The genetic networks that determine how an organism detects and responds to stress form a dynamic and complex system. Exposure to stress causes a perturbation of this system as the organism prepares a defense against its changing environment. Recent developments in systems biology methodologies provide us with powerful tools for extracting meaning from a variety of stress response networks.

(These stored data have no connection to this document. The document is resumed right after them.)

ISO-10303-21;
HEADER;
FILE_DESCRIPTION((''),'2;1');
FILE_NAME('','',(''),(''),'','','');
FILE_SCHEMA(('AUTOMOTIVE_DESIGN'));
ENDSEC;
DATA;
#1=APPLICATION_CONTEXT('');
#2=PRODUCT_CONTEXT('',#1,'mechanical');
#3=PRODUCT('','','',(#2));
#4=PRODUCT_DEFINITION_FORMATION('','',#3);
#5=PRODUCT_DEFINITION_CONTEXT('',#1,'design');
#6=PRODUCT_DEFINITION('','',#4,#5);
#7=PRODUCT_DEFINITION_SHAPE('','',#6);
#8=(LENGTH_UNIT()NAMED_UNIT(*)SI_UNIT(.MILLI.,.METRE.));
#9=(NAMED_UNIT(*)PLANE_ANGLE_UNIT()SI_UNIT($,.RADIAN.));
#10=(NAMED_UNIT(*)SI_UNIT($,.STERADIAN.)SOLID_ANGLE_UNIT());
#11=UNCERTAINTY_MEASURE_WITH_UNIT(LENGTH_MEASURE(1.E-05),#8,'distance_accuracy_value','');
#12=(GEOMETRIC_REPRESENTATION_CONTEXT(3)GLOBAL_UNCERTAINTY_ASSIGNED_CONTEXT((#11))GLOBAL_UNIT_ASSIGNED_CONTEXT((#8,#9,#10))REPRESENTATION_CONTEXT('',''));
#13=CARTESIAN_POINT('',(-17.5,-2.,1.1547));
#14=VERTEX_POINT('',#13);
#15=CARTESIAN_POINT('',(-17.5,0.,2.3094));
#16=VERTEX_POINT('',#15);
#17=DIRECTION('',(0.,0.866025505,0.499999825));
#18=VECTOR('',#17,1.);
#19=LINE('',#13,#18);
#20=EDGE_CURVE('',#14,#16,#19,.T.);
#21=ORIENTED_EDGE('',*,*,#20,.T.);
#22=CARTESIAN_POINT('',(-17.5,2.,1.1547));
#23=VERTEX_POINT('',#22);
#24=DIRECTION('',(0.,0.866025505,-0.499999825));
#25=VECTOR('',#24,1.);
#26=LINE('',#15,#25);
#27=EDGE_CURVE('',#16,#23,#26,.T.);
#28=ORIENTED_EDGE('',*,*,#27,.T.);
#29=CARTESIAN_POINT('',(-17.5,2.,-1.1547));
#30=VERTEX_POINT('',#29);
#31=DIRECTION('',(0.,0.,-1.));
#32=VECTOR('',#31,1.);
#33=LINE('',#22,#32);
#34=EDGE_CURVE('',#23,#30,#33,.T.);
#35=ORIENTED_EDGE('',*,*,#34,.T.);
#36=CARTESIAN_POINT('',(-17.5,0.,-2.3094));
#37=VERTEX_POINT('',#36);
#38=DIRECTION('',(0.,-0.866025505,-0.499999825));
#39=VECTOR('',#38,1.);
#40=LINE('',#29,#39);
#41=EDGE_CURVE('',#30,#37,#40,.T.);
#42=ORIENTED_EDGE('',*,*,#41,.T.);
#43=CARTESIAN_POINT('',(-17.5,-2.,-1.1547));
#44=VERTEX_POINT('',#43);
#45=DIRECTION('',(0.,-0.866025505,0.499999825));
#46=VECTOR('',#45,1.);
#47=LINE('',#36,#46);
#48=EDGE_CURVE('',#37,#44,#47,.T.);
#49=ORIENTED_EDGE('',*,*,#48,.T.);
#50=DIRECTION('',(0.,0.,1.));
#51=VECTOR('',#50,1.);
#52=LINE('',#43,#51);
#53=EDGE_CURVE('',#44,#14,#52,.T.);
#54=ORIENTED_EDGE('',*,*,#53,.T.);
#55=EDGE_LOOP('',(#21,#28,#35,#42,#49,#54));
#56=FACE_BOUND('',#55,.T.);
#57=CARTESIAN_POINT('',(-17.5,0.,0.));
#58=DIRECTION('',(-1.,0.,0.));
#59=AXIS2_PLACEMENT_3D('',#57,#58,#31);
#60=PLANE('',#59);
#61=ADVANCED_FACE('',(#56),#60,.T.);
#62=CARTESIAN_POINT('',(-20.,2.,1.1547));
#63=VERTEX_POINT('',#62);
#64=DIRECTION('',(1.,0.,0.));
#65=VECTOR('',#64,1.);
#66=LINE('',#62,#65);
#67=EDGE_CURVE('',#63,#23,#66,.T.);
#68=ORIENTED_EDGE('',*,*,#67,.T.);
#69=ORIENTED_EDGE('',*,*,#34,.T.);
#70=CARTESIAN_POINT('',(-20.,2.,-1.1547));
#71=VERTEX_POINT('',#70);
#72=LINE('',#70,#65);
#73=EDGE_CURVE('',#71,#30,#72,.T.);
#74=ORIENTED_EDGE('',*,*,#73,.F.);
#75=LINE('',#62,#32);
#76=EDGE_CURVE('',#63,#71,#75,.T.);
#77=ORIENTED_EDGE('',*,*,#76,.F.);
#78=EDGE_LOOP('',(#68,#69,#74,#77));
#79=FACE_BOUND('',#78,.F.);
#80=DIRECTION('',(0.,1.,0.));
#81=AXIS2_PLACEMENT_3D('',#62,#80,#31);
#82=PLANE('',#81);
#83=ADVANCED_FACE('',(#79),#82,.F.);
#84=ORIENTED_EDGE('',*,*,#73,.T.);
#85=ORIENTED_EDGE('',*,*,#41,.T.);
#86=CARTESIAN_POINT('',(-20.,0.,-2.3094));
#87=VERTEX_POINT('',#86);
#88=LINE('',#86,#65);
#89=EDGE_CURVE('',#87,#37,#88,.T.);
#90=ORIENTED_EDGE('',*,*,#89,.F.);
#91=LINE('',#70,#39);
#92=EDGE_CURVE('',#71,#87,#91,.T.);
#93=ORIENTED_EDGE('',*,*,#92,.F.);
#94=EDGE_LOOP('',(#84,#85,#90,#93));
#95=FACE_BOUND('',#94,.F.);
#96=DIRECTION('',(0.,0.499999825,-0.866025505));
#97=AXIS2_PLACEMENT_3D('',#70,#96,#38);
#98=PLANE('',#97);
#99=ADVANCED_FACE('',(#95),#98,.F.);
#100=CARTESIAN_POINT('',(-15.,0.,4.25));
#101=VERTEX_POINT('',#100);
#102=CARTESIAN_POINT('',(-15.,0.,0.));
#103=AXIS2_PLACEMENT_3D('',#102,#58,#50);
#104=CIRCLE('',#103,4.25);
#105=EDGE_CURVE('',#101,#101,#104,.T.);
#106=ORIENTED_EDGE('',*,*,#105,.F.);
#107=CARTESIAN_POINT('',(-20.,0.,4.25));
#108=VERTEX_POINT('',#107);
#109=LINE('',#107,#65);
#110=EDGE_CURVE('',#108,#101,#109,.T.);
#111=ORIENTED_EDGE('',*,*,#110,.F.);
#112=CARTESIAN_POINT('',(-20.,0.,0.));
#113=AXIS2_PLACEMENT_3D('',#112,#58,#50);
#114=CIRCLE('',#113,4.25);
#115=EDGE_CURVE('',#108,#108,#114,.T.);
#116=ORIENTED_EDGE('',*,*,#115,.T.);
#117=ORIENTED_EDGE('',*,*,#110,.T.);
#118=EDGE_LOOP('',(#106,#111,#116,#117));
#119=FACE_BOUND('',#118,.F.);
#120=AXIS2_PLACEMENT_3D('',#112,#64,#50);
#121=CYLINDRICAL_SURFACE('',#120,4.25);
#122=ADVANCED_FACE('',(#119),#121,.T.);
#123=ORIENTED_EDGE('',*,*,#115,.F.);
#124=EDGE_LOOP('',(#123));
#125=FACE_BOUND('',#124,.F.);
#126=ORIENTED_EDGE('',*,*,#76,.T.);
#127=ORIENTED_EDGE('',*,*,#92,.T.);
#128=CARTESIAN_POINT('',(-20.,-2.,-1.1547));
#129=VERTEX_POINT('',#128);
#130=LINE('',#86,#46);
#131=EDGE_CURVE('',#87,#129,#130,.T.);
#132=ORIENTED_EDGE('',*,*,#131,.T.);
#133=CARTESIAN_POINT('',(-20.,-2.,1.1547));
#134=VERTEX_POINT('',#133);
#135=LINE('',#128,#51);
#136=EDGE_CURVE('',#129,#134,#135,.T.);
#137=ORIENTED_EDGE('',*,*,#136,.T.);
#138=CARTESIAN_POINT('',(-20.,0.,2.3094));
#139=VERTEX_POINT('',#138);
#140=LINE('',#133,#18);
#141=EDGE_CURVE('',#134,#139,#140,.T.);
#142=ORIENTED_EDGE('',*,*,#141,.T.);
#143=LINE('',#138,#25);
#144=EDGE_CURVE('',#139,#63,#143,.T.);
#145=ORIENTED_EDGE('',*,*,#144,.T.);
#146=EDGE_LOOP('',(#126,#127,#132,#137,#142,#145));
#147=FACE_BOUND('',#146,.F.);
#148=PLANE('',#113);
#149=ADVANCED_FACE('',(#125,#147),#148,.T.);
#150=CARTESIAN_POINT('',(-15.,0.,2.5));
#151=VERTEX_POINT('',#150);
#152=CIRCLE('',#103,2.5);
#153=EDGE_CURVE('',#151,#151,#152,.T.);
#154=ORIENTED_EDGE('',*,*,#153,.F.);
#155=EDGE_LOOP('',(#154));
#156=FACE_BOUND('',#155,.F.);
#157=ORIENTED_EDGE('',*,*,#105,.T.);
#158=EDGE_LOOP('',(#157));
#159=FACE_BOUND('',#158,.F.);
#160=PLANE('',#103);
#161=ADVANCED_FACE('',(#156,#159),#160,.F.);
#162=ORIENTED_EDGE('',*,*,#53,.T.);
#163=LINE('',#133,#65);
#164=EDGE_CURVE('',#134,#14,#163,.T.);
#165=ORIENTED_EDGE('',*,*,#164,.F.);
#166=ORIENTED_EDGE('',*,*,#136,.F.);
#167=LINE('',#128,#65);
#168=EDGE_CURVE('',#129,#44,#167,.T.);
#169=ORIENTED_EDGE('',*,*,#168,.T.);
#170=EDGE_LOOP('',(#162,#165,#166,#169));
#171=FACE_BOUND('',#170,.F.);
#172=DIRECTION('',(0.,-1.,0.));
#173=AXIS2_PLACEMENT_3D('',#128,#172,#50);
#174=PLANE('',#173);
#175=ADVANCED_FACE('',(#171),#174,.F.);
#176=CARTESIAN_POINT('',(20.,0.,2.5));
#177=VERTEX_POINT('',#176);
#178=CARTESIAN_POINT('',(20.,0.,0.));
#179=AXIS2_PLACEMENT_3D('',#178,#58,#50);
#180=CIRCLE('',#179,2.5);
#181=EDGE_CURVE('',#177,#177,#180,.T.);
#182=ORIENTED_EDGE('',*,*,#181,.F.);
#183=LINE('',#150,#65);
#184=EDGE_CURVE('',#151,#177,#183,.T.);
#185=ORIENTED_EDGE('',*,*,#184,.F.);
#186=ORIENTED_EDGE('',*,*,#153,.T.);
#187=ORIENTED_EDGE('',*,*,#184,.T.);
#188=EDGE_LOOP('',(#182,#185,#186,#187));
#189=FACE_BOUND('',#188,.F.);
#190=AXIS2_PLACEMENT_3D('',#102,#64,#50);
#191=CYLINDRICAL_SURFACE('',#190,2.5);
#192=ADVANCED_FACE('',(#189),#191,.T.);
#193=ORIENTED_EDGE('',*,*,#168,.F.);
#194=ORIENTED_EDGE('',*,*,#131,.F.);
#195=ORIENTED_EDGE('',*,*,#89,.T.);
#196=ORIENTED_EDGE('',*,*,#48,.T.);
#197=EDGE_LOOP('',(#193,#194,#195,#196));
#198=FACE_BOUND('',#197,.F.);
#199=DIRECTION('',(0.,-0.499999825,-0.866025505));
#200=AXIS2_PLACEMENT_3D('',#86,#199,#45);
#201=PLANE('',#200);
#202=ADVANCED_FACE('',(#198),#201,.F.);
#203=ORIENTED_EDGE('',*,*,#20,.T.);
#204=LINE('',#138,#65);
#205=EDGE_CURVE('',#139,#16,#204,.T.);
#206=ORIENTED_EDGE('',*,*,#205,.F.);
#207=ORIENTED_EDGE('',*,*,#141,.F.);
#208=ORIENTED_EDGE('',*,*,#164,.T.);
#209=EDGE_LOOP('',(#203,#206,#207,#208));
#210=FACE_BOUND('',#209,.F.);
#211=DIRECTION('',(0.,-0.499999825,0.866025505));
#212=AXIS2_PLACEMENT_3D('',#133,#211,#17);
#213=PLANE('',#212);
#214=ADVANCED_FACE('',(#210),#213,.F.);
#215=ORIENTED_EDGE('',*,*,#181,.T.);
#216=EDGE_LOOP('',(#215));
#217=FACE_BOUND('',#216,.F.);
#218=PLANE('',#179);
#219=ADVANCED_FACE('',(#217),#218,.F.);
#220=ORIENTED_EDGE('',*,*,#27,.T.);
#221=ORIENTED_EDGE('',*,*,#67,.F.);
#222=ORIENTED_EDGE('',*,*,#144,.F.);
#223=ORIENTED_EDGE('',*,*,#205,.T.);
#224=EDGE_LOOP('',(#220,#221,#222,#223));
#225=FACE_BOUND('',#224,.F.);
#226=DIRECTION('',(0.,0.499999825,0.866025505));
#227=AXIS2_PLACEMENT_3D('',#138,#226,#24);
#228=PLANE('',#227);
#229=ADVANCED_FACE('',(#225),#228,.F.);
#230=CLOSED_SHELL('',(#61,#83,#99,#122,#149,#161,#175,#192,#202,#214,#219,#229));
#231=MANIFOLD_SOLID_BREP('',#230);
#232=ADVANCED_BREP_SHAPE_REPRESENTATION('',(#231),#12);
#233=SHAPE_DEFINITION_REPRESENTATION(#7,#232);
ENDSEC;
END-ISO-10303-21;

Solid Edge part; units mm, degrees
sketch "Sketch1" plane through (10.8674, 0, 10.8674) normal (0, -1, 0) x (1, 0, 0)
  line L0 (-30.8674, -10.8674) -> (-30.8674, -6.6174)
  line L1 (-30.8674, -6.6174) -> (-25.8674, -6.6174)
  line L2 (-25.8674, -6.6174) -> (-25.8674, -8.3674)
  line L3 (-25.8674, -8.3674) -> (9.1326, -8.3674)
  line L4 (9.1326, -8.3674) -> (9.1326, -10.8674)
  dimension "D1" = 5
  dimension "D2" = 35
revolve "RevolvedProtrusion1" add sketch "Sketch1" angle 360 about axis through (16.5, 0, 0) along (-1, 0, 0)
sketch "Sketch2" plane through (-20, 0, 0) normal (-1, 0, 0) x (0, 0, -1)
  line L0 (2.3094, 0) -> (1.1547, 2)
  line L1 (1.1547, 2) -> (-1.1547, 2)
  line L2 (-1.1547, 2) -> (-2.3094, 0)
  line L3 (-2.3094, 0) -> (-1.1547, -2)
  line L4 (-1.1547, -2) -> (1.1547, -2)
  line L5 (1.1547, -2) -> (2.3094, 0)
  dimension "D1" = 4
extrude "Cutout1" cut sketch "Sketch2" against normal blind 2.5
cosmetic_thread "Thread1" size "M5"
properties material "Steel"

Using C. elegans, we are studying how organisms and their individual cell and tissue types detect and respond to diverse stress conditions. Molecular chaperones are critical for relieving cellular stress. Expression of different chaperones increases in response to certain types of environmental and physiological stress. To define the coordinated activation of chaperone networks under different conditions, we are using genetic, molecular, and genomic techniques. Once an organism's genomic response for different stress treatments is described, we can define which elements of the chaperone network signature become important under different situations and which components are shared despite the imposed stress. We also compare acute stress conditions (such as heat shock and oxidative stress) to chronic stressors (the presence of aggregation prone proteins-- polyglutamine proteins, mutant SOD1, tau, and yeast prions). A primary focus of these studies will be on how individual chaperone network deviate from the population average phenotype of chronic stressors, as this could have important implications regarding variation in disease models.

In our analysis of the stress response, we are developing new procedures to elucidate structural features of the chaperone network. While techniques such as hierarchical clustering are useful for identifying groups of genes that may be associated by regulation or function, we are also using a network approach as a means of identifying modules of genes that are similar in their response to various stress conditions. These studies are in collaboration with Professor Luis Amaral (Dept. of Chemical and Biological Engineering, Northwestern University). Professor Amaral's website is at http://amaral.northwestern.edu.

References

1. Rieger TR, Morimoto RI, and V. Hatzimanikatis. Bistability explains threshold phenomena in protein aggregation both in vitro and in vivo. Biophys J. 90: 886-95 (2006).
2. Rieger, T., R.I. Morimoto, and V. Hatzimanikatis. Mathematical Modeling of the Eukaryotic Heat Shock Response: Dynamics of the Hsp70 Promoter. Biophysical Journal 88: 1646-1658 (2005).